I was wondering if the columns in
dup_cols
and
unique_cols
(together assigned in
cols
variable inside the
dupKeyEx
function) could be trimmed inside the function itself. That way, I won't need to remember to trim the relevant columns before using the
dupKeyEx
function.

I searched but was unable to find ways to refer to columns inside
cols
variable and apply
stringr::str_trim()
on them inside the
dupKeyEx
function. Any help would be appreciated.

Answer Source

you can do this:

dupKeyEx <- function(DT, dup_cols, unique_cols) {
  sapply(dup_cols,function(x) DT[[x]] <<- str_trim(DT[[x]]))
  cols <-  c(dup_cols, unique_cols)
  mDT <-  DT[!duplicated(DT, by=cols), .N, by=dup_cols][N > 1L]
  ans <- unique(DT[mDT[, !"N"], on=dup_cols], by=cols)
  setorderv(ans, c(dup_cols, unique_cols))
  return(ans)
}

or follow @Frank's advice, using data.table syntax. We make a copy of the table first not to modify the input:

dupKeyEx <- function(DT, dup_cols, unique_cols) {
  DT<-copy(DT)
  DT[, (dup_cols) := lapply(.SD, str_trim), .SDcols=dup_cols]
  cols <-  c(dup_cols, unique_cols)
  mDT <-  DT[!duplicated(DT, by=cols), .N, by=dup_cols][N > 1L]
  ans <- unique(DT[mDT[, !"N"], on=dup_cols], by=cols)
  setorderv(ans, c(dup_cols, unique_cols))
  return(ans)
}

Edit by San (Original Poster):

Thanks to both contributors.
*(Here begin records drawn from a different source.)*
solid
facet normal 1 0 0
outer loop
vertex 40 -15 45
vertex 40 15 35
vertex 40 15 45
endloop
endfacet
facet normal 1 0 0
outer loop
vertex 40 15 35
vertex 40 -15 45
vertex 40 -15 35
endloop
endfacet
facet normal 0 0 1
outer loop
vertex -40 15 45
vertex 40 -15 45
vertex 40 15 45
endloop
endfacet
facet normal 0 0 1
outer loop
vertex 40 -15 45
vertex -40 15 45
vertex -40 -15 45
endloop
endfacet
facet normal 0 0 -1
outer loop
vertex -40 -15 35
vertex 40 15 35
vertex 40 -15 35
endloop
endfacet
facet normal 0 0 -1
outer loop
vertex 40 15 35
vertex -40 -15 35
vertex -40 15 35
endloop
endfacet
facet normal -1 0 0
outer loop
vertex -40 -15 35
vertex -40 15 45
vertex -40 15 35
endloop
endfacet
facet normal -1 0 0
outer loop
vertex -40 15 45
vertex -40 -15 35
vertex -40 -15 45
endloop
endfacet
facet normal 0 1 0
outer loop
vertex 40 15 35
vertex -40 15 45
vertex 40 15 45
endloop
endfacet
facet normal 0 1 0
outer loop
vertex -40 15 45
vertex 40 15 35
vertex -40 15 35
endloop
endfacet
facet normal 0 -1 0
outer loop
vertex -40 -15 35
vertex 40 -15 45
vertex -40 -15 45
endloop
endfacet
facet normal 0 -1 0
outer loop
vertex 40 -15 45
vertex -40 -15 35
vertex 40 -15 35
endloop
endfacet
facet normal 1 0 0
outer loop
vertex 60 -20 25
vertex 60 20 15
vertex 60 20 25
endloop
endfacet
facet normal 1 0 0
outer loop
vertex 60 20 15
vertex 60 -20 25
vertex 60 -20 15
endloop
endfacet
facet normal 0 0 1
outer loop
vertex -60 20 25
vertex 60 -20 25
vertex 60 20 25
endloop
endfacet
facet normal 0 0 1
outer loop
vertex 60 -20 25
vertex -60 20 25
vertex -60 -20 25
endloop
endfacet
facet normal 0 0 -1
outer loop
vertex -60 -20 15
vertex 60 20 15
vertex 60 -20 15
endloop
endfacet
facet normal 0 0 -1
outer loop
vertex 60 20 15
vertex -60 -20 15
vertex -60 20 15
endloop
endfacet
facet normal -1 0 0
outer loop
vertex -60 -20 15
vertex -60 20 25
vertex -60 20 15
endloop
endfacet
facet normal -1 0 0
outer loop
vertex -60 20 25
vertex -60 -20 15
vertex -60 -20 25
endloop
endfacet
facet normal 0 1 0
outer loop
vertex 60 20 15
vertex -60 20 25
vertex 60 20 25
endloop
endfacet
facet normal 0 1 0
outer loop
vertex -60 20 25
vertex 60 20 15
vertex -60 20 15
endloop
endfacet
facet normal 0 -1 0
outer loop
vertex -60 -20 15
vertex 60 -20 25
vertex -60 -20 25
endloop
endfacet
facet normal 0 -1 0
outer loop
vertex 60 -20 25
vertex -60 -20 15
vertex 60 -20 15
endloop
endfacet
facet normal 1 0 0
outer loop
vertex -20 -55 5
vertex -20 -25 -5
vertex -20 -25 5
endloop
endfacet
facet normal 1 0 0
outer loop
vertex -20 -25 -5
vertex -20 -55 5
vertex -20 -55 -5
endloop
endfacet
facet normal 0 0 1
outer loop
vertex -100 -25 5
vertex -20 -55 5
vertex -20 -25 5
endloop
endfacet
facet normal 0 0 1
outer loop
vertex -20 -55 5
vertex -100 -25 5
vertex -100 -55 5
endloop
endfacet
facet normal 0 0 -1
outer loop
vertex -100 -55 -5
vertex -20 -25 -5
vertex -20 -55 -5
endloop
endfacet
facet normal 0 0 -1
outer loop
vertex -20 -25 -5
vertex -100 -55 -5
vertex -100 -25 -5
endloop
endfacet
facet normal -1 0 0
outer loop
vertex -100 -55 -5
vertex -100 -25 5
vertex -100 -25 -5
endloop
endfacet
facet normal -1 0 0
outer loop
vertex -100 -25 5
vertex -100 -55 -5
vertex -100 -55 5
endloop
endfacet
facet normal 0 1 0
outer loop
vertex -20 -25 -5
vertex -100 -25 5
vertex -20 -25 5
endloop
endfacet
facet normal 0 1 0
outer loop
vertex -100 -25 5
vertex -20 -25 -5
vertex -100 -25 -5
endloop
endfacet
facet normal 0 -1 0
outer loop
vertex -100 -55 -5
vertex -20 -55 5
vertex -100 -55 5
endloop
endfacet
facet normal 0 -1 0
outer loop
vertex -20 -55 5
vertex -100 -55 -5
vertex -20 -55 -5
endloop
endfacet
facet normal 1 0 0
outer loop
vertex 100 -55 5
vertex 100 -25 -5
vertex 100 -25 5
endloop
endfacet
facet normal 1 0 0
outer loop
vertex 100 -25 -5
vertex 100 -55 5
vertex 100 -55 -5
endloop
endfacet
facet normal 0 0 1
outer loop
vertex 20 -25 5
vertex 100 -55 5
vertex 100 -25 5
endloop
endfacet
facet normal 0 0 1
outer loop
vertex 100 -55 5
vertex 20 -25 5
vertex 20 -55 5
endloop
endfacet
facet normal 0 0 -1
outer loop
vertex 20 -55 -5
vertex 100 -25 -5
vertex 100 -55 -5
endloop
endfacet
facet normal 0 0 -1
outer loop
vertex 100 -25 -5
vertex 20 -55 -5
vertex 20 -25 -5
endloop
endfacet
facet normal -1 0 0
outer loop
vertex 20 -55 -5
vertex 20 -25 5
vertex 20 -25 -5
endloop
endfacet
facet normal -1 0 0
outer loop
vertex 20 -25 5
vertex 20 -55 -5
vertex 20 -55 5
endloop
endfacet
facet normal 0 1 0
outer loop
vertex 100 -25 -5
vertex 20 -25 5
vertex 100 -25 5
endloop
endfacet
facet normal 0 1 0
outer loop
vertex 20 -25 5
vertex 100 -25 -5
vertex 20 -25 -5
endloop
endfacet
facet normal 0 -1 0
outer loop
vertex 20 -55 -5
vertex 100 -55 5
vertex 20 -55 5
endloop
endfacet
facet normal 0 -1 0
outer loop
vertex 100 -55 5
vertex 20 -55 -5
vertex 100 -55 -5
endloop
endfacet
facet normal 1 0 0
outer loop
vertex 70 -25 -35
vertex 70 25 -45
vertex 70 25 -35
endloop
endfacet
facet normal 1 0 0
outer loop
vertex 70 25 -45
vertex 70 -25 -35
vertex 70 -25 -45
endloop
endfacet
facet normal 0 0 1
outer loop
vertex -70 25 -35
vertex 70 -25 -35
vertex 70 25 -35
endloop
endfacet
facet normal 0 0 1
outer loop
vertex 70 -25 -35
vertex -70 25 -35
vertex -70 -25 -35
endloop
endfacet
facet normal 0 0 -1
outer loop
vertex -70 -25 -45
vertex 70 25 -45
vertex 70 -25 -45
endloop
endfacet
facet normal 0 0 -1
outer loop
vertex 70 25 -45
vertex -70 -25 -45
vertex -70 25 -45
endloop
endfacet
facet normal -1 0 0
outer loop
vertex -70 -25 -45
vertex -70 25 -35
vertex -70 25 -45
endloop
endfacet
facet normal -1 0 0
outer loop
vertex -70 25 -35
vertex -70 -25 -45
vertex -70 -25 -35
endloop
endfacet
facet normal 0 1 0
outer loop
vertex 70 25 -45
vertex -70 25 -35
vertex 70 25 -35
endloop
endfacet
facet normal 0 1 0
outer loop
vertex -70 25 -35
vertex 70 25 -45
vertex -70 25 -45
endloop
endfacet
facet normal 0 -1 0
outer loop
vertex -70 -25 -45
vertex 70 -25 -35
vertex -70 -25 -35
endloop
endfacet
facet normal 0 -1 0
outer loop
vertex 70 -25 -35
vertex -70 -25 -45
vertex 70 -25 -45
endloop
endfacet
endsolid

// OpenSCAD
$fn = 50;

// Basic block builder
module block(pos=[0,0,0], size=[40,20,10], label="") {
    translate(pos)
    cube(size, center=true);
}

// Layers (Z axis = system depth)

// Identity Layer
block([0,0,40], [80,30,10], "Identity");

// KMS Server Layer
block([0,0,20], [120,40,10], "FastAPI KMS");

// Wallet Layer
block([-60,-40,0], [80,30,10], "Wallet");
block([60,-40,0], [80,30,10], "Node");

// P2P Layer
block([0,0,-40], [140,50,10], "P2P Blockchain");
The following serves my purpose nicely:

dupKeyEx <- function(DT, dup_cols, unique_cols) {
  cols <-  c(dup_cols, unique_cols)
  sapply(cols, function(x) {
    DT[, (cols) := lapply(.SD, stringr::str_trim), .SDcols=cols]})
  mDT <-  DT[!duplicated(DT, by=cols), .N, by=dup_cols][N > 1L]
  ans <- unique(DT[mDT[, !"N"], on=dup_cols], by=cols)
  setorderv(ans, c(dup_cols, unique_cols))
  return(ans)
}

PS: Updating columns by reference is a good side-effect for my purpose.